# Forum Learning Russian Language Pronunciation, Speech & Accent  Accents in Russian

## Trzeci_Wymiar

I'm interested to hear the difference between, say, the Moscow, Middle Russia (for lack of better term), and Siberian accents. 
Does anybody know of any linguistic sites that have recordings showing the differences? 
I know my buddy's from Xabarovsk and he says it's quite different ... not only phonologically but also morphologically in some instances ... his grandma conjugates some verbs without morphing the consonants ... like not turning "g" into "zh" and so forth. 
Can anybody sum up the differences? Is Russian fairly uniform?

----------


## Оля

The "mat" words are pronounced equal everywhere.
(Other words are not needed for you, are they?)

----------


## Scrabus

> The "mat" words are pronounced equal everywhere.
> (Other words are not needed for you, are they?)

 Собственно не понял, к чему это было сказано... О мате тут  ни слова...

----------


## Оля

> Собственно не понял, к чему это было сказано... О мате тут  ни слова...

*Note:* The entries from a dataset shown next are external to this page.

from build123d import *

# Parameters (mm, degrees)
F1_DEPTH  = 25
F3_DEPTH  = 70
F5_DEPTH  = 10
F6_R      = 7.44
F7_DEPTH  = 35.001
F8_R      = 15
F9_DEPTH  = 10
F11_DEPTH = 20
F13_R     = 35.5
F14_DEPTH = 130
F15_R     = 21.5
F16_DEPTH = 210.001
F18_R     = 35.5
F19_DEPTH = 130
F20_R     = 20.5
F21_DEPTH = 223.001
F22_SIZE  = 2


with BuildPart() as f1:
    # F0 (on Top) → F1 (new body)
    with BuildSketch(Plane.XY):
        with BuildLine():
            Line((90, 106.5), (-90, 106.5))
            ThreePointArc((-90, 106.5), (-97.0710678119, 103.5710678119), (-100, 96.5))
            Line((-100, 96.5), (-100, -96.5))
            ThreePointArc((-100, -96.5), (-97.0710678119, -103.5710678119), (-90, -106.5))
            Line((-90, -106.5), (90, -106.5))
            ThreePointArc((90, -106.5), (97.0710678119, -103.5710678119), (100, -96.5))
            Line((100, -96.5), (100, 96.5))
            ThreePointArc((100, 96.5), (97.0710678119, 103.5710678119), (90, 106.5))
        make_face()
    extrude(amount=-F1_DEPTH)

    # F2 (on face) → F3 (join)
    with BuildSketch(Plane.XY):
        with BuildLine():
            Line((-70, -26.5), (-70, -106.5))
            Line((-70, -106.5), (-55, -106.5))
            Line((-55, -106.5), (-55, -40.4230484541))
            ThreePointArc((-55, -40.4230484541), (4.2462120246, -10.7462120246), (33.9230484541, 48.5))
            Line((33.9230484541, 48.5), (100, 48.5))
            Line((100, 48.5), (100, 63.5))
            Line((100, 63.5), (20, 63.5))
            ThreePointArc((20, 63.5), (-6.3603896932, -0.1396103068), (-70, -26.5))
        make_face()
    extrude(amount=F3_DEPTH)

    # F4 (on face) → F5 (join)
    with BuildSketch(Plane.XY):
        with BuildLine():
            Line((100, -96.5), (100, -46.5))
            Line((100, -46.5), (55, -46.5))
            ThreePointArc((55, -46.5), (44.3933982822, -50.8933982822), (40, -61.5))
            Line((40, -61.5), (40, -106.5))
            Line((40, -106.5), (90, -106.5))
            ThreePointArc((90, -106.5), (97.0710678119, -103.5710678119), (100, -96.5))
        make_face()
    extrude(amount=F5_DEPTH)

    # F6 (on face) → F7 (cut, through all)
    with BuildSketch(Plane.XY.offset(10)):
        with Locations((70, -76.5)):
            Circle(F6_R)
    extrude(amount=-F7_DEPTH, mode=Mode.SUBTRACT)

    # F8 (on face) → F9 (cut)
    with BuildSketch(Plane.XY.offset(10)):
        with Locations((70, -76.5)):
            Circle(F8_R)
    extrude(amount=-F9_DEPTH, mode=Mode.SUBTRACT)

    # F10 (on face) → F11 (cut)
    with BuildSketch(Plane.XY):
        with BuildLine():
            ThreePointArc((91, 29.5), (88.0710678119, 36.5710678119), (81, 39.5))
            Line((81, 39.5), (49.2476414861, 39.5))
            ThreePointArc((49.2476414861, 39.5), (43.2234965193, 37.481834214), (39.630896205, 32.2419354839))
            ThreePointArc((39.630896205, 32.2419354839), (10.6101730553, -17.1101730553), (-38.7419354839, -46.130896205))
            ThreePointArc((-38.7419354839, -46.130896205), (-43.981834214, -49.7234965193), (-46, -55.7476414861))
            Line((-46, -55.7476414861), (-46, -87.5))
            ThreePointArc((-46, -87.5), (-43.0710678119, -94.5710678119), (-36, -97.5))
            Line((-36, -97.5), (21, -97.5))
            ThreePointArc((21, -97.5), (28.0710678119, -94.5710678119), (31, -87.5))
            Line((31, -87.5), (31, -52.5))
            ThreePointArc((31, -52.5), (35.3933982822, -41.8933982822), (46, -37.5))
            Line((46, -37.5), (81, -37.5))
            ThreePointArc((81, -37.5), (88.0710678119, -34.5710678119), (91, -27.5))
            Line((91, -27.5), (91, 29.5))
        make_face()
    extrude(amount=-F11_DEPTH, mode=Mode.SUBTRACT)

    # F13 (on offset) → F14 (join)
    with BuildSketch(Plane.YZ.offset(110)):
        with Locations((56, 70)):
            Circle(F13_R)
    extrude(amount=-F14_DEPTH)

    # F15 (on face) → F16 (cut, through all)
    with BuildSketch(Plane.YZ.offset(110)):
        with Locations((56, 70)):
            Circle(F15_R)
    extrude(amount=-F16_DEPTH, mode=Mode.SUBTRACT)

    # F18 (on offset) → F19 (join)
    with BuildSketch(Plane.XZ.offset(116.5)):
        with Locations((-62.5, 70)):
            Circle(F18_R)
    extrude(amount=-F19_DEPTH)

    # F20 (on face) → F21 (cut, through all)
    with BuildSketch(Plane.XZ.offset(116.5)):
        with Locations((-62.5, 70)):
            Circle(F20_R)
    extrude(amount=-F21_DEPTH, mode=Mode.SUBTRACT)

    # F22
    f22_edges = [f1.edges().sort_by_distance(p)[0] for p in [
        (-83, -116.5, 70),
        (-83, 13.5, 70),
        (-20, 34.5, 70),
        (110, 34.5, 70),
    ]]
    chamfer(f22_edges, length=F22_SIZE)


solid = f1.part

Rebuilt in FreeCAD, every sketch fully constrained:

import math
import FreeCAD as App
import Part
import Sketcher
Q = App.Units.Quantity


def edges_at(feature, points):
    """Names of the edges that pass closest to the given points."""
    edges = feature.Shape.Edges
    near = lambda p: min(range(len(edges)), key=lambda i: edges[i].distToShape(Part.Vertex(*p))[0])
    return sorted({f"Edge{near(p) + 1}" for p in points})

doc = App.newDocument("Part")
params = doc.addObject("Spreadsheet::Sheet", "Params")
for row, (alias, value) in enumerate([
    ("sketch1_radius", "10 mm"),
    ("sketch1_width", "180 mm"),
    ("sketch1_height", "193 mm"),
    ("pad1_length", "25 mm"),
    ("sketch2_radius", "105 mm"),
    ("sketch2_radius2", "90 mm"),
    ("sketch2_width", "15 mm"),
    ("sketch2_width2", "80 mm"),
    ("pad2_length", "70 mm"),
    ("sketch3_radius", "15 mm"),
    ("sketch3_radius2", "10 mm"),
    ("sketch3_width", "45 mm"),
    ("pad3_length", "10 mm"),
    ("sketch4_diameter", "14.88 mm"),
    ("sketch5_diameter", "30 mm"),
    ("pocket2_length", "10 mm"),
    ("sketch6_radius", "10 mm"),
    ("sketch6_radius2", "114 mm"),
    ("sketch6_radius3", "15 mm"),
    ("sketch6_width", "57 mm"),
    ("sketch6_width2", "35 mm"),
    ("pocket3_length", "20 mm"),
    ("sketch7_diameter", "71 mm"),
    ("pad4_length", "130 mm"),
    ("sketch8_diameter", "43 mm"),
    ("sketch9_diameter", "71 mm"),
    ("pad5_length", "130 mm"),
    ("sketch10_diameter", "41 mm"),
    ("chamfer_size", "2 mm"),
], start=1):
    params.set(f"A{row}", alias)
    params.set(f"B{row}", "=" + value)
    params.setAlias(f"B{row}", alias)

body = doc.addObject("PartDesign::Body", "Body")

 Почитай его посты в других темах.

----------


## Scrabus

> Originally Posted by Scrabus  Собственно не понял, к чему это было сказано... О мате тут  ни слова...   Почитай его посты в других темах.

 И что? Если он говорил о мате в них, то это не значит, что тут надо этим тыкать? Грубо и не в тему, вот   ::

----------


## Оля

> И что? Если он говорил о мате в них, то это не значит, что тут надо этим тыкать? Грубо и не в тему, вот

 То есть, по-твоему, _вот это_ не грубо:   

> я немножка говорю по-русски, а то, что говорю или пищу по-русски, бл@, напоминает экскрементом и слаще не будет - я ни х#я не знаю на этом языке, но я его люблю как пох*ист любит телек его, или как любит х@й бл&дь ...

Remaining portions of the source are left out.